[WHAT TO WORK ON]
Print verbatim the opening line of the material and every subsequent line through the one containing "#3=PRODUCT('','','',(#2));".

[DATASET]
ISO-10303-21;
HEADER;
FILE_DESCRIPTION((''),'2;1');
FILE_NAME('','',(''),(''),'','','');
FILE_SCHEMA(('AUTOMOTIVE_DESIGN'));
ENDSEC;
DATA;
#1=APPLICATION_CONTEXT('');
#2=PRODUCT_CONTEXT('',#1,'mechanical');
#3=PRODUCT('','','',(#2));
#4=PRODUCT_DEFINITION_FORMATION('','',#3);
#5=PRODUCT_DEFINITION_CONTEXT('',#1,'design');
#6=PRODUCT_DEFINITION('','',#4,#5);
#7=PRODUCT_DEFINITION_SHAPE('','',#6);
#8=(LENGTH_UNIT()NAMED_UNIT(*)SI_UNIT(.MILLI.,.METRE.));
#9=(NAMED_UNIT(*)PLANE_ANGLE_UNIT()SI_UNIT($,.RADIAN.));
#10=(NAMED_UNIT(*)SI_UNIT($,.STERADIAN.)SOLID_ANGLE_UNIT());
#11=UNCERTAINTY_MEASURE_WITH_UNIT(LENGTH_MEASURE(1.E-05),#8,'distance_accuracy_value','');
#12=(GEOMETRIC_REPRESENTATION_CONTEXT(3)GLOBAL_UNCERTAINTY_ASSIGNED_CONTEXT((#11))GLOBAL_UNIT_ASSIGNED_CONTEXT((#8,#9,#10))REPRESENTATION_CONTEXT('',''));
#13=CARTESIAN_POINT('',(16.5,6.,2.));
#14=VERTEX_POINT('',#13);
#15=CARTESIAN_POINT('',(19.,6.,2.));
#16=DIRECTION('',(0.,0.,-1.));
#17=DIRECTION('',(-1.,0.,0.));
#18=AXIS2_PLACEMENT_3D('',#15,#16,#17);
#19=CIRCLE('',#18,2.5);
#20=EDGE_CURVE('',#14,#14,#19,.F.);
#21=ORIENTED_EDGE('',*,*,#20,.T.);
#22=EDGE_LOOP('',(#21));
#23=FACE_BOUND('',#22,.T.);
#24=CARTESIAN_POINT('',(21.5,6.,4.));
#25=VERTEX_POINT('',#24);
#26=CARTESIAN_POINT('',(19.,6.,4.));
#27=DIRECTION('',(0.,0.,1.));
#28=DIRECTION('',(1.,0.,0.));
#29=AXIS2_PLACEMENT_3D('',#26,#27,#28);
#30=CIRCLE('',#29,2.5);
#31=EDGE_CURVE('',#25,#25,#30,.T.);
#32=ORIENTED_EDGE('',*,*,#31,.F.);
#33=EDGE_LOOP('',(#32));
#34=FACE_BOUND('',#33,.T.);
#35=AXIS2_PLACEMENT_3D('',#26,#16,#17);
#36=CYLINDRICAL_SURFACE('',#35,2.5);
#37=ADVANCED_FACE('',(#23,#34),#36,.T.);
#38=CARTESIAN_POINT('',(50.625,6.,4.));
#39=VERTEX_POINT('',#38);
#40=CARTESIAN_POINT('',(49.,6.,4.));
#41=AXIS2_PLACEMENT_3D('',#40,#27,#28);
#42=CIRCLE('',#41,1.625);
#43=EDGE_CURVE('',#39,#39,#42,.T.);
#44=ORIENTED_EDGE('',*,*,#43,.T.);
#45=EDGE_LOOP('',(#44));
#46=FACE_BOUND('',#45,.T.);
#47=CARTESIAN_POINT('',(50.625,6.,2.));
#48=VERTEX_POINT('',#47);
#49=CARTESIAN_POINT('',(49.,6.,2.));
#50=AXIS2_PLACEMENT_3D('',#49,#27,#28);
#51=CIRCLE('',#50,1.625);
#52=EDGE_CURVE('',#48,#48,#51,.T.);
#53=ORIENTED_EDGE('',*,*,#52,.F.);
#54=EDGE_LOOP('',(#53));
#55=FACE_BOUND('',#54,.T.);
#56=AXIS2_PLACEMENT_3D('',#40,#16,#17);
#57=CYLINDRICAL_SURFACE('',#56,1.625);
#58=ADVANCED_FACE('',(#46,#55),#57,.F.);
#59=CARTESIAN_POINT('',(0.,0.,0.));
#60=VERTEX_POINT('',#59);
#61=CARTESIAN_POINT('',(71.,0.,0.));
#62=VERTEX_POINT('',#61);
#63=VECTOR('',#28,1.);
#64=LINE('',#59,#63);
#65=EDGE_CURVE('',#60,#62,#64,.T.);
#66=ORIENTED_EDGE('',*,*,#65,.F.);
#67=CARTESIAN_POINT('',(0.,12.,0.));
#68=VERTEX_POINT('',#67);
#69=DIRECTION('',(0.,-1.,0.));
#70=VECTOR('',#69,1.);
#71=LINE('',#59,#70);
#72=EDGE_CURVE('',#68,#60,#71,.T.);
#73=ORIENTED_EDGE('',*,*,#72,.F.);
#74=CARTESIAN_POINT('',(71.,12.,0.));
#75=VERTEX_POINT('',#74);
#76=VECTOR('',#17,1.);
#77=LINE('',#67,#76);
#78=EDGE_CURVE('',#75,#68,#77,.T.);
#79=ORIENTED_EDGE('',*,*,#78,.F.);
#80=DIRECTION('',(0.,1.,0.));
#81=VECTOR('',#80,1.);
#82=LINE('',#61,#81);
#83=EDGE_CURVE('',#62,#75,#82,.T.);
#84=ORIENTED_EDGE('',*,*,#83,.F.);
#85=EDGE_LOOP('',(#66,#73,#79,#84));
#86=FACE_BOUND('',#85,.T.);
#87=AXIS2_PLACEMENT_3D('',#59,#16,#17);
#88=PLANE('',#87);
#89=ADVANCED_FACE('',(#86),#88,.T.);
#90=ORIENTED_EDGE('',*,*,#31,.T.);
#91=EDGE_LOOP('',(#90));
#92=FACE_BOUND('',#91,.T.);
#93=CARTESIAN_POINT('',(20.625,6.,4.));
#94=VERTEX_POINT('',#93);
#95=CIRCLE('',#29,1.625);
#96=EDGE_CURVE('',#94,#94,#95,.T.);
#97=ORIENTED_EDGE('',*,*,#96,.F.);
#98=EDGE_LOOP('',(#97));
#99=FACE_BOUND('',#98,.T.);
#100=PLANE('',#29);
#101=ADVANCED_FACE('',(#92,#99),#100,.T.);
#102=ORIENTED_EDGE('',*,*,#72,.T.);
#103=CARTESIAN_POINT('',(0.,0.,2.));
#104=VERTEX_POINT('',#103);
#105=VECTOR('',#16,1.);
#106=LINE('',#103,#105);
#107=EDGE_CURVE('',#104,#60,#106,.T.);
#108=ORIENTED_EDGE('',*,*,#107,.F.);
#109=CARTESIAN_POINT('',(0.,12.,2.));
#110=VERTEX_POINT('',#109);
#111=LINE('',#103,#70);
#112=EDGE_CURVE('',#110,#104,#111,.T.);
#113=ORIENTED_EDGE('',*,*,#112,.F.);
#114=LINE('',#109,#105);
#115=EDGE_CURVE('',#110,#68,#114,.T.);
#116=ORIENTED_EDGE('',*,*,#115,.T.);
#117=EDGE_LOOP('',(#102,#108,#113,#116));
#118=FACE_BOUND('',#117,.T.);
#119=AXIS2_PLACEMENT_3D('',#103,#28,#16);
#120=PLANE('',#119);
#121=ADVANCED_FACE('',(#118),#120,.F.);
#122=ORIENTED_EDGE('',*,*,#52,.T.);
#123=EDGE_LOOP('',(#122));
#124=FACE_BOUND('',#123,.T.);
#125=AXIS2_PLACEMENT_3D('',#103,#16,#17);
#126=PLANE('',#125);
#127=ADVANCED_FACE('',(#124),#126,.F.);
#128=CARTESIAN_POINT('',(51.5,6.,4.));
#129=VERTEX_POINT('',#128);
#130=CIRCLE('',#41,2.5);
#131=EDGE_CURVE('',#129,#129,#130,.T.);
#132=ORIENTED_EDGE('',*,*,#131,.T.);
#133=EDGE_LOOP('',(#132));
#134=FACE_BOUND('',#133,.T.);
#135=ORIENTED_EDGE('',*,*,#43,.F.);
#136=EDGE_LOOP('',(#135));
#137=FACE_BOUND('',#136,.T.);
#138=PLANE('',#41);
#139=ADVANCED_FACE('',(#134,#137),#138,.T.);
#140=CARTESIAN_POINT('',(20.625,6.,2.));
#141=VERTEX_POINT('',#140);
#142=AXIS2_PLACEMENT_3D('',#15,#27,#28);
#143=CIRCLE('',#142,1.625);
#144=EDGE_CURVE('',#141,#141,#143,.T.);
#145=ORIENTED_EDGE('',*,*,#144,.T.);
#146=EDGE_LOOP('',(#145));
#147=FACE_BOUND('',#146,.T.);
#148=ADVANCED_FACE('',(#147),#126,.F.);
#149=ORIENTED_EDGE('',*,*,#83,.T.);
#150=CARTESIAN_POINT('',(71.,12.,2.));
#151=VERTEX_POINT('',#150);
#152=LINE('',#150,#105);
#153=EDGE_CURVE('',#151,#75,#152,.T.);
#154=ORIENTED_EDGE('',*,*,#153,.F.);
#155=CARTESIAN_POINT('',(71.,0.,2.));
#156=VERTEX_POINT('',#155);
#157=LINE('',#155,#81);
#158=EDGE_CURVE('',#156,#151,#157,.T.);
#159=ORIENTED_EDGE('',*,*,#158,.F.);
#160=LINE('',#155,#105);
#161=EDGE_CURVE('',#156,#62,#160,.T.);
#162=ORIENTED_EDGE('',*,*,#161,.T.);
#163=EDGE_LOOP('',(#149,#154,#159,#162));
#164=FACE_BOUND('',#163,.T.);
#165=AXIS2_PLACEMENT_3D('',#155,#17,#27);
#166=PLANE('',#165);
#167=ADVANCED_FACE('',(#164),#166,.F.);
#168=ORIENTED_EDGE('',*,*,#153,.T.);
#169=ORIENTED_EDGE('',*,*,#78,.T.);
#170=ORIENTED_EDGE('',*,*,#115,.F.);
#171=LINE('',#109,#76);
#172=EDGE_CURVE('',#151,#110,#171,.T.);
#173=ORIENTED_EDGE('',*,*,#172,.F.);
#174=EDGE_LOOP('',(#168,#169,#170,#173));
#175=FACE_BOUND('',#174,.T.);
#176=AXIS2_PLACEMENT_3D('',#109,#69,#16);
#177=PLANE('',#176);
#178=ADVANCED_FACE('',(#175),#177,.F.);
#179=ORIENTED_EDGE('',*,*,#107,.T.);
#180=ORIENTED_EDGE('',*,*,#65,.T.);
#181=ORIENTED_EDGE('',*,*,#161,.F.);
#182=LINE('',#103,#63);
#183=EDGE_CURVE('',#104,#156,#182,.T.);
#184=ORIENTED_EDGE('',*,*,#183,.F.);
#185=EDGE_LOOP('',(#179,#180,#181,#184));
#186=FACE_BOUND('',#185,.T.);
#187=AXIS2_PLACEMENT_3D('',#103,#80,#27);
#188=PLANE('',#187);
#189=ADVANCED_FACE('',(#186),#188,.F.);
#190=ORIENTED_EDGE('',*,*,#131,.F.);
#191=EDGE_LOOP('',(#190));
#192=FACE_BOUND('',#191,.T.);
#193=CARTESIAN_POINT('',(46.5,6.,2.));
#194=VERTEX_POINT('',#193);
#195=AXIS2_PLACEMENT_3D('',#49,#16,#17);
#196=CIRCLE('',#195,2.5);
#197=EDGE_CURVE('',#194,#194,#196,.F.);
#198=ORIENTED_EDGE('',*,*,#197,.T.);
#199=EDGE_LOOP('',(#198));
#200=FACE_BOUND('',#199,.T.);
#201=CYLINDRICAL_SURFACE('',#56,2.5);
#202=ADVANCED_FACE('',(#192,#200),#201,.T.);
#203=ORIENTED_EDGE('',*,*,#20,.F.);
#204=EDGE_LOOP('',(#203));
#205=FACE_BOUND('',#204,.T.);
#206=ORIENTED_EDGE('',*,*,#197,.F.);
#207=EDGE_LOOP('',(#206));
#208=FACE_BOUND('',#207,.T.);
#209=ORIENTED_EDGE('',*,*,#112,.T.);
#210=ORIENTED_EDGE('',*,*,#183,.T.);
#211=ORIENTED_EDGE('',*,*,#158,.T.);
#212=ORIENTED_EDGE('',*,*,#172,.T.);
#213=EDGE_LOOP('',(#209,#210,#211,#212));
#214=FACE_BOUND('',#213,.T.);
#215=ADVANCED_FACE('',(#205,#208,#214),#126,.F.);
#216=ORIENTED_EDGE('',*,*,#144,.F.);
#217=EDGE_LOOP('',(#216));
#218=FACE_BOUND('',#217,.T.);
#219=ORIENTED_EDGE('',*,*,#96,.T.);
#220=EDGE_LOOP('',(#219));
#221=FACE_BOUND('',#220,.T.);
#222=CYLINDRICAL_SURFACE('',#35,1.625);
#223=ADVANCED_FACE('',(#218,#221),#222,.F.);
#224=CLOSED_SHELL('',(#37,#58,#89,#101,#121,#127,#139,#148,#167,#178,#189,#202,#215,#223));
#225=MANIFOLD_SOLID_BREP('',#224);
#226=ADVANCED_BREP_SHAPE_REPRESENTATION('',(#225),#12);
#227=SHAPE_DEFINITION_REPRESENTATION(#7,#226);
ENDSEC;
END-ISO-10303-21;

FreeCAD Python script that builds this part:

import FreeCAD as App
import Part
import Sketcher
from FreeCAD import Vector


def add_polygon(sketch, points):
    """Adds a closed chain of lines whose ends are joined by coincident constraints."""
    first, n = sketch.GeometryCount, len(points)
    for a, b in zip(points, points[1:] + points[:1]):
        sketch.addGeometry(Part.LineSegment(App.Vector(*a, 0), App.Vector(*b, 0)), False)
    for i in range(n):
        sketch.addConstraint(Sketcher.Constraint("Coincident", first + i, 2, first + (i + 1) % n, 1))

doc = App.newDocument("Part")
body = doc.addObject("PartDesign::Body", "Body")

sketch1 = body.newObject("Sketcher::SketchObject", "Sketch")
sketch1.AttachmentSupport = (doc.getObject("XY_Plane"), [""])
sketch1.MapMode = "FlatFace"
add_polygon(sketch1, [(0, 12), (0, 0), (71, 0), (71, 12)])
sketch1.addConstraint(Sketcher.Constraint("Vertical", 0))
sketch1.addConstraint(Sketcher.Constraint("Horizontal", 1))
sketch1.addConstraint(Sketcher.Constraint("Vertical", 2))
sketch1.addConstraint(Sketcher.Constraint("Horizontal", 3))
sketch1.addConstraint(Sketcher.Constraint("Coincident", 0, 2, -1, 1))
sketch1.addConstraint(Sketcher.Constraint("DistanceX", 1, 1, 1, 2, 71.0))
sketch1.addConstraint(Sketcher.Constraint("DistanceY", 0, 2, 0, 1, 12.0))
pad1 = body.newObject("PartDesign::Pad", "Pad")
pad1.Profile = sketch1
pad1.Length = 2

sketch2 = body.newObject("Sketcher::SketchObject", "Sketch001")
sketch2.AttachmentSupport = (doc.getObject("XY_Plane"), [""])
sketch2.MapMode = "FlatFace"
sketch2.AttachmentOffset = App.Placement(Vector(0, 0, 2), App.Rotation())
sketch2.addGeometry(Part.Circle(Vector(19, 6, 0), Vector(0, 0, 1), 2.5), False)
sketch2.addGeometry(Part.Circle(Vector(19, 6, 0), Vector(0, 0, 1), 1.6), False)
sketch2.addGeometry(Part.Circle(Vector(49, 6, 0), Vector(0, 0, 1), 2.5), False)
sketch2.addGeometry(Part.Circle(Vector(49, 6, 0), Vector(0, 0, 1), 1.6), False)
sketch2.addConstraint(Sketcher.Constraint("Coincident", 1, 3, 0, 3))
sketch2.addConstraint(Sketcher.Constraint("Coincident", 3, 3, 2, 3))
sketch2.addConstraint(Sketcher.Constraint("Equal", 0, 2))
sketch2.addConstraint(Sketcher.Constraint("Equal", 1, 3))
sketch2.addConstraint(Sketcher.Constraint("Horizontal", 1, 3, 2, 3))
sketch2.addConstraint(Sketcher.Constraint("Diameter", 0, 5.0))
sketch2.addConstraint(Sketcher.Constraint("Diameter", 1, 3.25))
sketch2.addConstraint(Sketcher.Constraint("DistanceX", -1, 1, 0, 3, 19.0))
sketch2.addConstraint(Sketcher.Constraint("DistanceY", -1, 1, 0, 3, 6.0))
sketch2.addConstraint(Sketcher.Constraint("DistanceX", -1, 1, 2, 3, 49.0))
pad2 = body.newObject("PartDesign::Pad", "Pad001")
pad2.Profile = sketch2
pad2.Length = 2

doc.recompute()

[RESPONSE]
ISO-10303-21;
HEADER;
FILE_DESCRIPTION((''),'2;1');
FILE_NAME('','',(''),(''),'','','');
FILE_SCHEMA(('AUTOMOTIVE_DESIGN'));
ENDSEC;
DATA;
#1=APPLICATION_CONTEXT('');
#2=PRODUCT_CONTEXT('',#1,'mechanical');
#3=PRODUCT('','','',(#2));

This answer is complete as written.